I enjoyed this book. Parts of it were slow and bits of the story seemed to drag on for a little too long, but overall, it was a good book.
The backdrop for the story is the filming of the movie Brief Encounter - a really beautiful movie about a couple who meet on the train on a regular basis, gradually fall for each other, consider having an affair, but don't. If you're familiar with that story - and now that I think about it, the movie is never thoroughly explained in the book and is only mentioned by name in the beginning when one of the characters is watching it - the story of that movie sort of echoes throughout the lives of the characters.
After noticing her husband's strange behavior - this usually very calm man puts his fist through the window - Rhoda becomes suspicious and starts going through his letters. She finds a note thanking him for flowers. Thinking her husband of almost ten years is having an affair she decides to confront the woman who sent the note. When she does, she learns that this woman, is actually the wife of her husband's best friend, Archie, who recently died. From this man's wife Rhoda learns that Archie and her husband, Peter, were in a Prisoner of War camp together for five years.
Rhoda begins meeting with this woman in an attempt to learn more about her husband's past. She doesn't understand why he's never shared any of this information, and yet, at the same time, we learn that Rhoda has been keeping her own secrets about the years when Peter was away.
She was only 18 when she said she'd marry him, moments before he left for war. The next time she saw him, she was 24. Both of them suffered through life altering experiences during their time apart.
The story is told in flashbacks, revealing the details of Rhoda's life at home as she waited and Peter's life as a prisoner. My only complaint about the story is it felt very choppy, a few moments of Peter at war, then a couple of pages about Rhoda. I wish there hadn't been so much back and forth.
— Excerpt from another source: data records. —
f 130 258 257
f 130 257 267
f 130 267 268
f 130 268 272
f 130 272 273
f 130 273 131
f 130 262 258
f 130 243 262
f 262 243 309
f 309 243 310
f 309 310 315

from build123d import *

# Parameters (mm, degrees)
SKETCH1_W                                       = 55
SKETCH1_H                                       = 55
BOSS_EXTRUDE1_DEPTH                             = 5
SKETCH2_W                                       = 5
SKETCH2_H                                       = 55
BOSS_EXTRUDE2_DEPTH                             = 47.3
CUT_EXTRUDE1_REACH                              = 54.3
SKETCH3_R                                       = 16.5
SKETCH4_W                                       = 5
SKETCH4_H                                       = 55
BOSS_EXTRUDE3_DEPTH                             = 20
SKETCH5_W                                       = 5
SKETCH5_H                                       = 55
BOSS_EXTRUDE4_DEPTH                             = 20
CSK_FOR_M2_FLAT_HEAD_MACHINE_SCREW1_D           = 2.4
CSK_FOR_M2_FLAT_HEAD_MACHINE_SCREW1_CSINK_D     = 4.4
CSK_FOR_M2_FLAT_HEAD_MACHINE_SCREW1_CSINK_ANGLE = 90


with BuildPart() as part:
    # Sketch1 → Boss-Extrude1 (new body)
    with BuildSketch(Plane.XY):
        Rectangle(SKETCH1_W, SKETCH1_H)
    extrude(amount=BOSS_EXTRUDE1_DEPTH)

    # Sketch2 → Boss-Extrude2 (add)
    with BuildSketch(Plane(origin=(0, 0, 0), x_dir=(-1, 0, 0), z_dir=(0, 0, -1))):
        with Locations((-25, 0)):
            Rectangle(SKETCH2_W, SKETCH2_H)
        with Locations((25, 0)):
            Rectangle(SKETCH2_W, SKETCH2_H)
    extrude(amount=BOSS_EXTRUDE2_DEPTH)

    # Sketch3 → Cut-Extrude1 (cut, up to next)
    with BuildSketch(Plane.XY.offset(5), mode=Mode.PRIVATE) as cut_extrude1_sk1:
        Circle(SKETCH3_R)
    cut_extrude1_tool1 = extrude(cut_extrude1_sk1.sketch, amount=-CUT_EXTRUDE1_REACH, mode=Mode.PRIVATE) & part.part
I really liked Rhoda's story, though it broke my heart. (I'm not sure why I seem to be reading all these tragic love stories lately, but whatever, I do seem to be drawn to them.) And Peter's experience was harrowing. It hurt to read those parts, but I suppose that was necessary to show why Peter acted the way he did.
I liked the book, it showed the horrors of war and the lasting effects on the individuals who went through it at home and in battle. But it was also very much about a marriage and communication and learning to accept each and understand each other and move forward when necessary.
I received a review copy via NetGalley.